Sicuramente il suo nome e quello della sua impresa non vi dicono
niente. Eppure nelle sue mani passano la gran parte degli alimenti che
riuscite a immaginare. Cargill è una delle quattro compagnie che
controllano il 70% del commercio mondiale del cibo. Mentre il mondo
affronta la più grande crisi alimentare da decenni, loro fanno cassa
“leggendo i mercati”….. Funziona così.Voi non lo sapete, ma il pane
della vostra colazione è una merce con più valore del petrolio. La
farina con cui è fatto si chiama Cargill. Vi dice qualcosa? E si chiama
Cargill anche il grasso del burro che spalmate sul pane e il glucosio
della marmellata.Cargill è il mangime che ha ingrassato la vacca da
latte e la gallina che ha fatto le uova che friggiamo in padella.
Cargill è il chicco di caffè e il seme di cacao; la fibra dei biscotti e
l’olio di soia. Il dolcificante delle bibite, la carne dell’hamburger,
la farina della pasta? Cargil. E il mais dei nachos, il girasole
dell’olio, il fosfato dei fertilizzanti…?
E l’amido che le industrie del petrolio raffinano per convertirlo in etanolo e mescolarlo alla benzina? Indovinate.
NON CERCATE MARCHE O ETICHETTE NON LE TROVERETEE l’amido che le industrie del petrolio raffinano per convertirlo in etanolo e mescolarlo alla benzina? Indovinate.
Cargill ha attraversato la storia in punta di piedi. Com’è
possibile che un’impresa fondata nel 1865, con 131.000 impiegati divisi
in 67 paesi, con un fatturato annuo di 120.000 milioni di dollari,
quattro volte quello di Coca-Cola e cinque quello di McDonald sia così
sconosciuta? Come si spiega che una compagnia così gigantesca,
con conti che superano l’economia del Kuwait, del Perù e di altri 80
paesi, sia passata inosservata? In parte perché è un’impresa familiare.
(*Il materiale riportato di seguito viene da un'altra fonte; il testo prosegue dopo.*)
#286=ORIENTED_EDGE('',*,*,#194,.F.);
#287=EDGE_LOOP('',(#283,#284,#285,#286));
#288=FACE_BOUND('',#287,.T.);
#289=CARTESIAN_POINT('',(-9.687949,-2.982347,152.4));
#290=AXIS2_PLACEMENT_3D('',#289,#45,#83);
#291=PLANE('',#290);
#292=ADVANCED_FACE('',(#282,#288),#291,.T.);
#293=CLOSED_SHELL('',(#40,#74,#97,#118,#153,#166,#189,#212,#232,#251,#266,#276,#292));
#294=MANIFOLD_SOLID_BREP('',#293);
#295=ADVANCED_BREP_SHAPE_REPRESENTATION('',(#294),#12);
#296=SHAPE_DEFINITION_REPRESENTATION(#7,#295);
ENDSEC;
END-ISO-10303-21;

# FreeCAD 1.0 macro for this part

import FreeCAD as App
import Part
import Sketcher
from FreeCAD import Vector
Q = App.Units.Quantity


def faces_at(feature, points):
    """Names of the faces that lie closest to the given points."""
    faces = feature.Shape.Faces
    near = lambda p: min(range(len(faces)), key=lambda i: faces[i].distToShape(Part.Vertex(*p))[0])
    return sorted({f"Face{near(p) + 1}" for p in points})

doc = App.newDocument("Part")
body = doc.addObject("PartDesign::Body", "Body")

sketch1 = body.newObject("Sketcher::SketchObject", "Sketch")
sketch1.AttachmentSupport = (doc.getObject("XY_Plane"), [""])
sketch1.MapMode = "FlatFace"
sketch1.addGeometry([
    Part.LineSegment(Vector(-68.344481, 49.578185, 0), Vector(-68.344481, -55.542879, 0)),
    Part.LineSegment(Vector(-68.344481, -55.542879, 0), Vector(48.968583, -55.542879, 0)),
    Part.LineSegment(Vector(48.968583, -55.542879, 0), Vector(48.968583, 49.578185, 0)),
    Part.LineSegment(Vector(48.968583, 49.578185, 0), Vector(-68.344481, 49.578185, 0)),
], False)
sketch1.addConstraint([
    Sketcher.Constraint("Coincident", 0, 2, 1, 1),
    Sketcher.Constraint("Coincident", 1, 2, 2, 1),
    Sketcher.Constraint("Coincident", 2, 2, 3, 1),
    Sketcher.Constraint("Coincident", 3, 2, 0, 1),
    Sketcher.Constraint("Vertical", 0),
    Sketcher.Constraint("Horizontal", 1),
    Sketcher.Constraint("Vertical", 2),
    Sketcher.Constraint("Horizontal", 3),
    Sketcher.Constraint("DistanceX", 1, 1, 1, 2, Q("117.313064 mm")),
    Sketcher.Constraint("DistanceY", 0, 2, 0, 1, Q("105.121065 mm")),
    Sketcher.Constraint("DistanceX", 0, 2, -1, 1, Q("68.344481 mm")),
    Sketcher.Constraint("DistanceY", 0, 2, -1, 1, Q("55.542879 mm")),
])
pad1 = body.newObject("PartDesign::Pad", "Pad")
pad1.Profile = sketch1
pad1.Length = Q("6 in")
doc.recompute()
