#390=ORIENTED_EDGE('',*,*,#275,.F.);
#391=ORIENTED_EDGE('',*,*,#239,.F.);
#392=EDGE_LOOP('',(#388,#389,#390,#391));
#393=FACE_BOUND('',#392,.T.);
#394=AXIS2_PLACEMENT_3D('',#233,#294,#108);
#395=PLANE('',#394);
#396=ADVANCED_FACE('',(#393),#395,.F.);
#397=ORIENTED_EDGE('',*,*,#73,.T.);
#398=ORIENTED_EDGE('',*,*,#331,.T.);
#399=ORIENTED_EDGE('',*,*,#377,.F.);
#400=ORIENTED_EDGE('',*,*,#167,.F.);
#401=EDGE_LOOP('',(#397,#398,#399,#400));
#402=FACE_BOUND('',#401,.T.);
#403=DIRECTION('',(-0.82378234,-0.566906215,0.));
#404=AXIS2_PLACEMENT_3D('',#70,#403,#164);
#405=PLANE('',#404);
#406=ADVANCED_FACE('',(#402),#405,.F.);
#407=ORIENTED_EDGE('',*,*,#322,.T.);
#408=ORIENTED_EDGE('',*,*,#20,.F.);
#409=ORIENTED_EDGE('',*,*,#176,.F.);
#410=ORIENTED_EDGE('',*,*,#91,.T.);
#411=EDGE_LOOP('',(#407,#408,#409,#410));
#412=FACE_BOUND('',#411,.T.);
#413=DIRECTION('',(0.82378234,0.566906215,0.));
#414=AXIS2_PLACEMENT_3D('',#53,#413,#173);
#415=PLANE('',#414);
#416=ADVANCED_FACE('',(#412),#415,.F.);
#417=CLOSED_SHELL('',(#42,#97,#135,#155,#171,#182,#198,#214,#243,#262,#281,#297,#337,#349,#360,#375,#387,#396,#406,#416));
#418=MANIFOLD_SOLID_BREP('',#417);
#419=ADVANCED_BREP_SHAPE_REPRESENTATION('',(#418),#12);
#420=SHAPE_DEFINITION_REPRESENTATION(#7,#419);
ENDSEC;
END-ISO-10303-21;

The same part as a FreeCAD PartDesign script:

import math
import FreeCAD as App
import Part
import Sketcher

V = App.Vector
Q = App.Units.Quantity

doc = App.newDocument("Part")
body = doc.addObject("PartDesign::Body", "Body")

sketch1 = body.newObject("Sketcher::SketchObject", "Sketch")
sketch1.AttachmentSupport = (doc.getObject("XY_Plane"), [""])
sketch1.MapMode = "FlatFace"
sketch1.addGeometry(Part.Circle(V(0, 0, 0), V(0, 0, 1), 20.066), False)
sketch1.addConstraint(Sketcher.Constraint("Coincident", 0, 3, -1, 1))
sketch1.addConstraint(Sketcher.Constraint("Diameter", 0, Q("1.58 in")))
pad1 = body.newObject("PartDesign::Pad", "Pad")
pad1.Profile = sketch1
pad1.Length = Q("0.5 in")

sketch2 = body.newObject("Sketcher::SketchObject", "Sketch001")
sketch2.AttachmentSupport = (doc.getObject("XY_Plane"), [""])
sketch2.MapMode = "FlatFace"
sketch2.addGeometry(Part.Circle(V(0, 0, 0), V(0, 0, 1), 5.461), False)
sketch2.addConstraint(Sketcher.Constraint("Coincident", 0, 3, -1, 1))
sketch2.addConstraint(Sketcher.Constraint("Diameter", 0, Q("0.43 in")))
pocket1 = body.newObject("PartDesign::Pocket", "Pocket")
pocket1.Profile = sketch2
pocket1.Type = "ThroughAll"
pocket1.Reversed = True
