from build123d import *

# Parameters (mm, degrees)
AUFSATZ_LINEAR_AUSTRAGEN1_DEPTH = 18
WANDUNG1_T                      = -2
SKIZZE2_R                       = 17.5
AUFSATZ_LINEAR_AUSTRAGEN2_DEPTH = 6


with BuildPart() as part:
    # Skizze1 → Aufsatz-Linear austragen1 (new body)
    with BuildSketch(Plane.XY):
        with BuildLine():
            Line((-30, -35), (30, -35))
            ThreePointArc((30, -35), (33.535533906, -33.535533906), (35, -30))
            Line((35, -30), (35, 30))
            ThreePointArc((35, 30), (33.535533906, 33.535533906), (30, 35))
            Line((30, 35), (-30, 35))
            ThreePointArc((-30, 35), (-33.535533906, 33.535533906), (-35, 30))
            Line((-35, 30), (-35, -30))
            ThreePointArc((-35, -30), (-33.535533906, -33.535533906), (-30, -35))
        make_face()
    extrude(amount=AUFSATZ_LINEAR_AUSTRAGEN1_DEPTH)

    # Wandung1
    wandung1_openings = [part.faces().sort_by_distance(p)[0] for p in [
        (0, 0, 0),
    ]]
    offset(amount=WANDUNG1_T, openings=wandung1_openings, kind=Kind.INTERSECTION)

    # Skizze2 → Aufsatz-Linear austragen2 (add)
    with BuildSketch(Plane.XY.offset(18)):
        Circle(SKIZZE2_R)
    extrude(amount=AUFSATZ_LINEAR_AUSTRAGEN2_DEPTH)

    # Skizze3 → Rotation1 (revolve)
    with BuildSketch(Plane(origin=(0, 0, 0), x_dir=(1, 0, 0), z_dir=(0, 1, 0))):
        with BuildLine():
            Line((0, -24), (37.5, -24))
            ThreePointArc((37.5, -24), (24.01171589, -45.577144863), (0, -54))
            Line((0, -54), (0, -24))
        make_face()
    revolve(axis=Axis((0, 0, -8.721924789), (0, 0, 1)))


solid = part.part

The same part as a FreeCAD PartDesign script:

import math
import FreeCAD as App
import Part
import Sketcher
Q = App.Units.Quantity


def faces_at(feature, points):
    """Names of the faces that lie closest to the given points."""
    faces = feature.Shape.Faces
    near = lambda p: min(range(len(faces)), key=lambda i: faces[i].distToShape(Part.Vertex(*p))[0])
    return sorted({f"Face{near(p) + 1}" for p in points})

doc = App.newDocument("Part")
params = doc.addObject("Spreadsheet::Sheet", "Params")
for row, (alias, value) in enumerate([
    ("sketch1_radius", "5 mm"),
    ("sketch1_width", "60 mm"),
    ("pad1_length", "18 mm"),
    ("thickness_wall", "2 mm"),
    ("sketch2_diameter", "35 mm"),
    ("pad2_length", "6 mm"),
    ("sketch3_height", "30 mm"),
    ("sketch3_width", "37.5 mm"),
    ("revolution_angle", "360 deg"),
], start=1):
    params.set(f"A{row}", alias)
    params.set(f"B{row}", "=" + value)
    params.setAlias(f"B{row}", alias)

body = doc.addObject("PartDesign::Body", "Body")

# Sketch on XY plane
sketch1 = body.newObject("Sketcher::SketchObject", "Sketch")
sketch1.AttachmentSupport = (doc.getObject("XY_Plane"), [""])
sketch1.MapMode = "FlatFace"
sketch1.addGeometry([
    Part.LineSegment(App.Vector(-30, -35, 0), App.Vector(30, -35, 0)),  # 0
    Part.ArcOfCircle(Part.Circle(App.Vector(30, -30, 0), App.Vector(0, 0, 1), 5), math.radians(-90), math.radians(0)),  # 1
    Part.LineSegment(App.Vector(35, -30, 0), App.Vector(35, 30, 0)),  # 2
    Part.ArcOfCircle(Part.Circle(App.Vector(30, 30, 0), App.Vector(0, 0, 1), 5), math.radians(0), math.radians(90)),  # 3
    Part.LineSegment(App.Vector(30, 35, 0), App.Vector(-30, 35, 0)),  # 4
    Part.ArcOfCircle(Part.Circle(App.Vector(-30, 30, 0), App.Vector(0, 0, 1), 5), math.radians(90), math.radians(180)),  # 5
    Part.LineSegment(App.Vector(-35, 30, 0), App.Vector(-35, -30, 0)),  # 6
    Part.ArcOfCircle(Part.Circle(App.Vector(-30, -30, 0), App.Vector(0, 0, 1), 5), math.radians(180), math.radians(270)),  # 7
], False)
sketch1.addConstraint([
    Sketcher.Constraint("Tangent", 0, 2, 1, 1),
    Sketcher.Constraint("Tangent", 1, 2, 2, 1),
    Sketcher.Constraint("Tangent", 2, 2, 3, 1),
    Sketcher.Constraint("Tangent", 3, 2, 4, 1),
    Sketcher.Constraint("Tangent", 4, 2, 5, 1),
    Sketcher.Constraint("Tangent", 5, 2, 6, 1),
    Sketcher.Constraint("Tangent", 6, 2, 7, 1),
    Sketcher.Constraint("Tangent", 7, 2, 0, 1),
    Sketcher.Constraint("Horizontal", 0),
    Sketcher.Constraint("Vertical", 2),
    Sketcher.Constraint("Horizontal", 4),
    Sketcher.Constraint("Vertical", 6),
    Sketcher.Constraint("Equal", 1, 3),
    Sketcher.Constraint("Equal", 3, 5),
    Sketcher.Constraint("Equal", 5, 7),
    Sketcher.Constraint("Symmetric", 1, 3, 5, 3, -1, 1),
    Sketcher.Constraint("Equal", 4, 2),
    Sketcher.Constraint("Radius", 1, Q("5 mm")),
    Sketcher.Constraint("DistanceX", 0, 1, 0, 2, Q("60 mm")),
])
sketch1.setExpression("Constraints[17]", "Params.sketch1_radius")
sketch1.setExpression("Constraints[18]", "Params.sketch1_width")
pad1 = body.newObject("PartDesign::Pad", "Pad")
pad1.Profile = sketch1
pad1.setExpression("Length", "Params.pad1_length")
doc.recompute()

thickness = body.newObject("PartDesign::Thickness", "Thickness")
thickness.Base = (pad1, faces_at(pad1, [(0, 0, 0)]))
thickness.setExpression("Value", "Params.thickness_wall")
thickness.Reversed = True
thickness.Join = "Intersection"

# Sketch on XY plane
sketch2 = body.newObject("Sketcher::SketchObject", "Sketch001")
sketch2.AttachmentSupport = (doc.getObject("XY_Plane"), [""])
sketch2.MapMode = "FlatFace"
sketch2.AttachmentOffset = App.Placement(App.Vector(0, 0, 18), App.Rotation())
sketch2.addGeometry(Part.Circle(App.Vector(0, 0, 0), App.Vector(0, 0, 1), 17.5), False)
sketch2.addConstraint([
    Sketcher.Constraint("Coincident", 0, 3, -1, 1),
    Sketcher.Constraint("Diameter", 0, Q("35 mm")),
])
sketch2.setExpression("Constraints[1]", "Params.sketch2_diameter")
pad2 = body.newObject("PartDesign::Pad", "Pad001")
pad2.Profile = sketch2
pad2.setExpression("Length", "Params.pad2_length")

# Sketch on XZ plane
sketch3 = body.newObject("Sketcher::SketchObject", "Sketch002")
sketch3.AttachmentSupport = (doc.getObject("XZ_Plane"), [""])
sketch3.MapMode = "FlatFace"
sketch3.addGeometry([
    Part.LineSegment(App.Vector(37.5, 24, 0), App.Vector(0, 24, 0)),
    Part.LineSegment(App.Vector(0, 24, 0), App.Vector(0, 54, 0)),
    Part.ArcOfCircle(Part.Circle(App.Vector(0, 15.5625, 0), App.Vector(0, 0, 1), 38.4375), math.radians(12.680383), math.radians(90)),
], False)
sketch3.addConstraint([
    Sketcher.Constraint("Coincident", 0, 2, 1, 1),
    Sketcher.Constraint("Coincident", 1, 2, 2, 2),
    Sketcher.Constraint("Coincident", 2, 1, 0, 1),
    Sketcher.Constraint("Horizontal", 0),
    Sketcher.Constraint("Vertical", 1),
    Sketcher.Constraint("PointOnObject", 2, 3, -2),
    Sketcher.Constraint("PointOnObject", 0, 2, -2),
    Sketcher.Constraint("DistanceY", 1, 1, 1, 2, Q("30 mm")),
    Sketcher.Constraint("DistanceX", 0, 2, 0, 1, Q("37.5 mm")),
    Sketcher.Constraint("DistanceY", -1, 1, 0, 2, Q("24 mm")),
])
sketch3.setExpression("Constraints[7]", "Params.sketch3_height")
sketch3.setExpression("Constraints[8]", "Params.sketch3_width")
revolution = body.newObject("PartDesign::Revolution", "Revolution")
revolution.Profile = sketch3
revolution.ReferenceAxis = (sketch3, ["V_Axis"])
revolution.setExpression("Angle", "Params.revolution_angle")

doc.recompute()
Sì, i numeri stupiscono, ma Cargill non è quotata in borsa e non deve
dar conto a nessuno. I soci sono uno sciame di discendenti dei
fondatori, i fratelli William e Samuel Cargill, contadini dello Iowa che
crearono un impero nel XIX secolo grazie a un silos di cereali
collegato alla via ferroviaria in un paesino della prateria che non
esisteva sulla cartina. Più tardi, un cognato – John MacMillan – prese
le redini e per decenni, i Cargill e i MacMillan aggiunsero silos di
grano, mulini, mine di sale, macelli e una flotta di navi mercantili.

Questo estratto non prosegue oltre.